- [Task]:
Quote verbatim the span of lines that begins the listing below and closes with the line containing "v 9.145 1.778 -12.954".

- [Dataset records]:

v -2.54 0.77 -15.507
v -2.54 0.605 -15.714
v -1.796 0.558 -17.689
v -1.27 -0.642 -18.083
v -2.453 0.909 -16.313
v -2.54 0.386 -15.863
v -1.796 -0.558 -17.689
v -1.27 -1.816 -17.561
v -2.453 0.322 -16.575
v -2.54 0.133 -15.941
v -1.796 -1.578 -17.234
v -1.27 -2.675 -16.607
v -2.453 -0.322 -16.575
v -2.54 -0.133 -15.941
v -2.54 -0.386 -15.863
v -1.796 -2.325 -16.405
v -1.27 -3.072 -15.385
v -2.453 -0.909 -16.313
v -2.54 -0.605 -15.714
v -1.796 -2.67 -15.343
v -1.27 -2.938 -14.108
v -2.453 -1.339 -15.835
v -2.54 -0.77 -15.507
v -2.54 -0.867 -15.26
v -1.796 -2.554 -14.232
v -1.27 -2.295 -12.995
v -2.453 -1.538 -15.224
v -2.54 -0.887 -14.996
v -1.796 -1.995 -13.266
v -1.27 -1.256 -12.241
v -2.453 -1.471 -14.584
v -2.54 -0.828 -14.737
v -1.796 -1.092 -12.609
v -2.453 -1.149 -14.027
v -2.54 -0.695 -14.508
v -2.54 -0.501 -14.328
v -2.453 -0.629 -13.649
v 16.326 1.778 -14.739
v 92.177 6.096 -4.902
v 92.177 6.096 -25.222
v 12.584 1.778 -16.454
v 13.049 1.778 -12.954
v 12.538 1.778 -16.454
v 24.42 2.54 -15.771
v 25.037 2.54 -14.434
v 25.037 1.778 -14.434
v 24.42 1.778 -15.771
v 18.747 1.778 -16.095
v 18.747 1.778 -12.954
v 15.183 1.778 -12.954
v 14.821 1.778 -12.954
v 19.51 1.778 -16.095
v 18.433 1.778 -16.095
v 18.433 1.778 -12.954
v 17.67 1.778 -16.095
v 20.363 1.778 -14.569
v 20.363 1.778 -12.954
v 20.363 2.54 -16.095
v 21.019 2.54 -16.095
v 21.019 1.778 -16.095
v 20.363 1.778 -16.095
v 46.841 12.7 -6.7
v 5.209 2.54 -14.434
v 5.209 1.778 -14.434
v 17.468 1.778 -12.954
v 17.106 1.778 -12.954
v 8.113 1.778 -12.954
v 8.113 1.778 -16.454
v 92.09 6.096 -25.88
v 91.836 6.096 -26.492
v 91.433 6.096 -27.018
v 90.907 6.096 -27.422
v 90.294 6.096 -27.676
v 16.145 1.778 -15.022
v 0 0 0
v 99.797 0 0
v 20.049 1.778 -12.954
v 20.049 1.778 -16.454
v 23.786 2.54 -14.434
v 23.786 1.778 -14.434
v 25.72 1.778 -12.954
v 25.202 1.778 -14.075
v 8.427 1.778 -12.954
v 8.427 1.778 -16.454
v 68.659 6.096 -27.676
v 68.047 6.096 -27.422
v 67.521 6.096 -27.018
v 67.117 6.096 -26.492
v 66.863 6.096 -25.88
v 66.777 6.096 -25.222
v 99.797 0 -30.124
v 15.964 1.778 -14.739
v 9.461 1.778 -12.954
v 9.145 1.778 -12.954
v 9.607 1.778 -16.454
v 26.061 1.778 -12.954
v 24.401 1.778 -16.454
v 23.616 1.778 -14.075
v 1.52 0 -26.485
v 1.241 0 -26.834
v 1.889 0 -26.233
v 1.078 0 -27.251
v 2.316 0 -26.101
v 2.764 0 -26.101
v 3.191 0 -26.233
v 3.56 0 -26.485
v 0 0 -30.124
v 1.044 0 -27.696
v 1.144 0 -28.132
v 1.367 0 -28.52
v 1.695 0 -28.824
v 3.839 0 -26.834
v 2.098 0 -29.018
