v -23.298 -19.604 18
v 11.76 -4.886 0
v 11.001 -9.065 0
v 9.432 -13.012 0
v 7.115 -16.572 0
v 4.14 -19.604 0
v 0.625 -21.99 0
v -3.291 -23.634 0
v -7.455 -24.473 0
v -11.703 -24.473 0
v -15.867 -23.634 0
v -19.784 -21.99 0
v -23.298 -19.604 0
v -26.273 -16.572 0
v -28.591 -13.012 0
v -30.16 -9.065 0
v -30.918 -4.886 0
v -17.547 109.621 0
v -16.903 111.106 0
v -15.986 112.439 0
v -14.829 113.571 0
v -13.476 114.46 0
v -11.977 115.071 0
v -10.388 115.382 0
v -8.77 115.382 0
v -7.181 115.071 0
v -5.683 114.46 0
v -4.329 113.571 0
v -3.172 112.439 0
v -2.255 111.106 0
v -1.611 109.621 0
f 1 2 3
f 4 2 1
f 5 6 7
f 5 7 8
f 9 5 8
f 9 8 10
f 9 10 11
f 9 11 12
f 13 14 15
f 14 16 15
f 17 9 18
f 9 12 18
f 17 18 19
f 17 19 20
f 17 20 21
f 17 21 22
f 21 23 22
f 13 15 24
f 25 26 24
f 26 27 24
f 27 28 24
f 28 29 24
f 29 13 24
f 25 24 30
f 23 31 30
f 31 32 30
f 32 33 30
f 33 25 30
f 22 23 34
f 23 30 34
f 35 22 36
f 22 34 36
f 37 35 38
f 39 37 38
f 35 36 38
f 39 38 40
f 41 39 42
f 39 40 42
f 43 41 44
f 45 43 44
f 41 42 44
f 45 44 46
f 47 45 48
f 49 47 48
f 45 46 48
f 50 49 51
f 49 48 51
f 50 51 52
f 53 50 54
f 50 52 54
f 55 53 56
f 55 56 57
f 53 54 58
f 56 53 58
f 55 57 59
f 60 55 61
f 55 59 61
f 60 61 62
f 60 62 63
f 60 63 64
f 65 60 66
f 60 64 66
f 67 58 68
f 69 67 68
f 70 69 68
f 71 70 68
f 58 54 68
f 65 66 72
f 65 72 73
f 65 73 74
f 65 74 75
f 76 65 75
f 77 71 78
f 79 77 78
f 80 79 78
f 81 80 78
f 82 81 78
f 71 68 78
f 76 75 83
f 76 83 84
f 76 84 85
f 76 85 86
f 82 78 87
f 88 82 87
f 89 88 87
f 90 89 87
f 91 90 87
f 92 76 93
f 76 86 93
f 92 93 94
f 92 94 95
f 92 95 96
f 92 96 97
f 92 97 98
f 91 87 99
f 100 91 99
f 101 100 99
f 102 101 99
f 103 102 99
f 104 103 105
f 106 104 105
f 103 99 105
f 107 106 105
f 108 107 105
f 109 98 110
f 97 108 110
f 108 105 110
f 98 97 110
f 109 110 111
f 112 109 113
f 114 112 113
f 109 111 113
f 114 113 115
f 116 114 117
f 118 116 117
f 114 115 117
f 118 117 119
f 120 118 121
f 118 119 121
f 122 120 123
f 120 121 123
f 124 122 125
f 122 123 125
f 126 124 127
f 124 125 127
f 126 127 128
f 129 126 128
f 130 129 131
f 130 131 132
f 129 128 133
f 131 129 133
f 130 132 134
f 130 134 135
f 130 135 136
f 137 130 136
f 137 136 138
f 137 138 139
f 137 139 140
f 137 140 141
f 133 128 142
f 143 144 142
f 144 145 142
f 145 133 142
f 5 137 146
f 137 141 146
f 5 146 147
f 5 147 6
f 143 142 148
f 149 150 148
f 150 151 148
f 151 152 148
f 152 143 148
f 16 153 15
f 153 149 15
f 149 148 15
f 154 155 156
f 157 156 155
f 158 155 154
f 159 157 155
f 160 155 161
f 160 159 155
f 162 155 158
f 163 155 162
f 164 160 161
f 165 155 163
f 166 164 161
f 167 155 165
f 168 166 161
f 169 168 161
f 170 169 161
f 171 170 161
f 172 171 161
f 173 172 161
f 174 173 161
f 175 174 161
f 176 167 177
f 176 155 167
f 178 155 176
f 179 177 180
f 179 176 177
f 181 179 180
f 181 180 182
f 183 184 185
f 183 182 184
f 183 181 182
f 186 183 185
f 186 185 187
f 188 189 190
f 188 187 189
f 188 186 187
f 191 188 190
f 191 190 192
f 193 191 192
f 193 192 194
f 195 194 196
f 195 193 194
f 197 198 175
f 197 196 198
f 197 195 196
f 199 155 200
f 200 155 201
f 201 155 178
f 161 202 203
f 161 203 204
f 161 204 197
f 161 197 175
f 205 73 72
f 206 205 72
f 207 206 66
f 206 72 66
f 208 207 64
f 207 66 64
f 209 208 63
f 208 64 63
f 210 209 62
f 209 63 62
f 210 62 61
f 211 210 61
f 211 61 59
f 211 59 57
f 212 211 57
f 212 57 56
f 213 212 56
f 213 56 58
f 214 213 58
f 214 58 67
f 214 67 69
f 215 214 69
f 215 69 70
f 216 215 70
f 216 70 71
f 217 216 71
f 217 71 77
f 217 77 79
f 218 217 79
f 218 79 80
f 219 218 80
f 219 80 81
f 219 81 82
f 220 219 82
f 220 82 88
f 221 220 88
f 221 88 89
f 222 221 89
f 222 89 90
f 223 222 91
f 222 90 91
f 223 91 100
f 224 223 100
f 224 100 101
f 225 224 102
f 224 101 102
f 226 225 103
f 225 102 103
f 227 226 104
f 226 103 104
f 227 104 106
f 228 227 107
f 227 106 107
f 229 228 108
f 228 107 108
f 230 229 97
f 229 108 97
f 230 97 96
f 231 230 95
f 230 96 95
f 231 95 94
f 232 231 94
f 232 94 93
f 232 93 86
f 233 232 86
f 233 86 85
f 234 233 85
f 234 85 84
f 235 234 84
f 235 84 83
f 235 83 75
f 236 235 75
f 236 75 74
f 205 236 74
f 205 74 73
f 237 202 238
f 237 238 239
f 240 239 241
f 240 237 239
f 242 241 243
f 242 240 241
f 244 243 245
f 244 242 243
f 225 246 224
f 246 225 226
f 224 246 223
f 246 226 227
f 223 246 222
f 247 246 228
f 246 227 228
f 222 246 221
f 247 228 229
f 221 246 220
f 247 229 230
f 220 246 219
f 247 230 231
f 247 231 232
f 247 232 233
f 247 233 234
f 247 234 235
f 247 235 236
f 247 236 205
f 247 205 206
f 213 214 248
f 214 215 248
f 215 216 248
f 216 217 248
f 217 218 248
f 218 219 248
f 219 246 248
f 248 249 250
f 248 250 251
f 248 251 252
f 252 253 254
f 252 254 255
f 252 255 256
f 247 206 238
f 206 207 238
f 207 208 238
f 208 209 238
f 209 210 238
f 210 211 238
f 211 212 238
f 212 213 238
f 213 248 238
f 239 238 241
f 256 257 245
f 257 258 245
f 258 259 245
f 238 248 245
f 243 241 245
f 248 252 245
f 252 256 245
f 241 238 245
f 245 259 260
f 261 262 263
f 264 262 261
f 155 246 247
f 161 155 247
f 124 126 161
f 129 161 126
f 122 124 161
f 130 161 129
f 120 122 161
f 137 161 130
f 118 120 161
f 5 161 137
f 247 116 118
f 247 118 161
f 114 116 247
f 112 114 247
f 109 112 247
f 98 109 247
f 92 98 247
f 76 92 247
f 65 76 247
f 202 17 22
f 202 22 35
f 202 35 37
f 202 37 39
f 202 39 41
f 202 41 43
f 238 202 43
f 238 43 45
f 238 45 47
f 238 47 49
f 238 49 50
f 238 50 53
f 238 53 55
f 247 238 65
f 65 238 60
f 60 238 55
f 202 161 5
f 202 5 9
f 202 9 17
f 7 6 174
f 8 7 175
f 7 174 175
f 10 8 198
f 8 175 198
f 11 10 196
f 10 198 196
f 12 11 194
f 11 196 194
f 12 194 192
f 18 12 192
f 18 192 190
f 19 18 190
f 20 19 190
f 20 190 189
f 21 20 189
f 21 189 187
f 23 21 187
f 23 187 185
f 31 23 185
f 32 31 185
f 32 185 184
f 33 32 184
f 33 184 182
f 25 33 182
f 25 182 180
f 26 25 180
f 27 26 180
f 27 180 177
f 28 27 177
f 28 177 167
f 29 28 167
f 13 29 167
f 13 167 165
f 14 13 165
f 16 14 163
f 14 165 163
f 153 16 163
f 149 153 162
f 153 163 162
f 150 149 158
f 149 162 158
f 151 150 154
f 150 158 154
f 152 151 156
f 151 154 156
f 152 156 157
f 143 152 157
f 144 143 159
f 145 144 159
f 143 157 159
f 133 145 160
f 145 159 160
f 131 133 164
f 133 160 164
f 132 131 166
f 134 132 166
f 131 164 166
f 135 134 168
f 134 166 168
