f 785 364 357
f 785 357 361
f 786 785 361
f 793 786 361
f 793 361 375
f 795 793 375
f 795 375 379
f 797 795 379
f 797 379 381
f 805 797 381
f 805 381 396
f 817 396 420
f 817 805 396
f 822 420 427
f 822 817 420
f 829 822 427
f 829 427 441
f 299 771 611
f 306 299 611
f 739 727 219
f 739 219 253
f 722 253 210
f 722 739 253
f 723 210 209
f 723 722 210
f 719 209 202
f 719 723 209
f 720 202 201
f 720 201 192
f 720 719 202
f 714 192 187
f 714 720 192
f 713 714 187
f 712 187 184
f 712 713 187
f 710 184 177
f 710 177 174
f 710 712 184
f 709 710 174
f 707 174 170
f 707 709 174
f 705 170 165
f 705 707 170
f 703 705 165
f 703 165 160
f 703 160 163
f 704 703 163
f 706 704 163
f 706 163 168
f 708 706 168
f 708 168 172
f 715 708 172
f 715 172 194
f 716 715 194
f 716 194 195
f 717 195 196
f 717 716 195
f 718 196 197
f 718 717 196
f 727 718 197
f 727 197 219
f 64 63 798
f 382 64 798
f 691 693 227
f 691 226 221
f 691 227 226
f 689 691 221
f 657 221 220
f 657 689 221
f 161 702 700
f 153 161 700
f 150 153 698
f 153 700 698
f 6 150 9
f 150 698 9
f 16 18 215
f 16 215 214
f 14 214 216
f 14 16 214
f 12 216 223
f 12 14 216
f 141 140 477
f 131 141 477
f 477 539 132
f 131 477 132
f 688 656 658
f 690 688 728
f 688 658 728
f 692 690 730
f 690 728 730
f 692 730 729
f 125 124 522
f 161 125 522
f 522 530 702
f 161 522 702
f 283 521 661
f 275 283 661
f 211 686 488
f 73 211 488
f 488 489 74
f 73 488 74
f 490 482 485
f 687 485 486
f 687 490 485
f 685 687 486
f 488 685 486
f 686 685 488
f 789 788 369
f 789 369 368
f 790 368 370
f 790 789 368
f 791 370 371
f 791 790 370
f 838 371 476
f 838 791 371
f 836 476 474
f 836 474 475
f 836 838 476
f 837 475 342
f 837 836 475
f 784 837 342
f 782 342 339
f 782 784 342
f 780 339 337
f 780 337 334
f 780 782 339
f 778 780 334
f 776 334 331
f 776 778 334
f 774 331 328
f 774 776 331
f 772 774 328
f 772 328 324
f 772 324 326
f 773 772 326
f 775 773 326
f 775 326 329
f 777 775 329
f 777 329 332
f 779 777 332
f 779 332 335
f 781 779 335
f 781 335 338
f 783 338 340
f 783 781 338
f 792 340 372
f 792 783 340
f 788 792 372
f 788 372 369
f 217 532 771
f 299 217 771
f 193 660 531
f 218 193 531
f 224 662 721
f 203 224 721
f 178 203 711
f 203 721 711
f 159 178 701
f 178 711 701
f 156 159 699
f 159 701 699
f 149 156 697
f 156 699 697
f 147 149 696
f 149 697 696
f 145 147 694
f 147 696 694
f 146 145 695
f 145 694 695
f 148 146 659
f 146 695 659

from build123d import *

- [Exercise result]:
v -2.54 0.77 -15.507
v -2.54 0.605 -15.714
v -1.796 0.558 -17.689
v -1.27 -0.642 -18.083
v -2.453 0.909 -16.313
v -2.54 0.386 -15.863
v -1.796 -0.558 -17.689
v -1.27 -1.816 -17.561
v -2.453 0.322 -16.575
v -2.54 0.133 -15.941
v -1.796 -1.578 -17.234
v -1.27 -2.675 -16.607
v -2.453 -0.322 -16.575
v -2.54 -0.133 -15.941
v -2.54 -0.386 -15.863
v -1.796 -2.325 -16.405
v -1.27 -3.072 -15.385
v -2.453 -0.909 -16.313
v -2.54 -0.605 -15.714
v -1.796 -2.67 -15.343
v -1.27 -2.938 -14.108
v -2.453 -1.339 -15.835
v -2.54 -0.77 -15.507
v -2.54 -0.867 -15.26
v -1.796 -2.554 -14.232
v -1.27 -2.295 -12.995
v -2.453 -1.538 -15.224
v -2.54 -0.887 -14.996
v -1.796 -1.995 -13.266
v -1.27 -1.256 -12.241
v -2.453 -1.471 -14.584
v -2.54 -0.828 -14.737
v -1.796 -1.092 -12.609
v -2.453 -1.149 -14.027
v -2.54 -0.695 -14.508
v -2.54 -0.501 -14.328
v -2.453 -0.629 -13.649
v 16.326 1.778 -14.739
v 92.177 6.096 -4.902
v 92.177 6.096 -25.222
v 12.584 1.778 -16.454
v 13.049 1.778 -12.954
v 12.538 1.778 -16.454
v 24.42 2.54 -15.771
v 25.037 2.54 -14.434
v 25.037 1.778 -14.434
v 24.42 1.778 -15.771
v 18.747 1.778 -16.095
v 18.747 1.778 -12.954
v 15.183 1.778 -12.954
v 14.821 1.778 -12.954
v 19.51 1.778 -16.095
v 18.433 1.778 -16.095
v 18.433 1.778 -12.954
v 17.67 1.778 -16.095
v 20.363 1.778 -14.569
v 20.363 1.778 -12.954
v 20.363 2.54 -16.095
v 21.019 2.54 -16.095
v 21.019 1.778 -16.095
v 20.363 1.778 -16.095
v 46.841 12.7 -6.7
v 5.209 2.54 -14.434
v 5.209 1.778 -14.434
v 17.468 1.778 -12.954
v 17.106 1.778 -12.954
v 8.113 1.778 -12.954
v 8.113 1.778 -16.454
v 92.09 6.096 -25.88
v 91.836 6.096 -26.492
v 91.433 6.096 -27.018
v 90.907 6.096 -27.422
v 90.294 6.096 -27.676
v 16.145 1.778 -15.022
v 0 0 0
v 99.797 0 0
v 20.049 1.778 -12.954
v 20.049 1.778 -16.454
v 23.786 2.54 -14.434
v 23.786 1.778 -14.434
v 25.72 1.778 -12.954
v 25.202 1.778 -14.075
v 8.427 1.778 -12.954
v 8.427 1.778 -16.454
v 68.659 6.096 -27.676
v 68.047 6.096 -27.422
v 67.521 6.096 -27.018
v 67.117 6.096 -26.492
v 66.863 6.096 -25.88
v 66.777 6.096 -25.222
v 99.797 0 -30.124
v 15.964 1.778 -14.739
v 9.461 1.778 -12.954
v 9.145 1.778 -12.954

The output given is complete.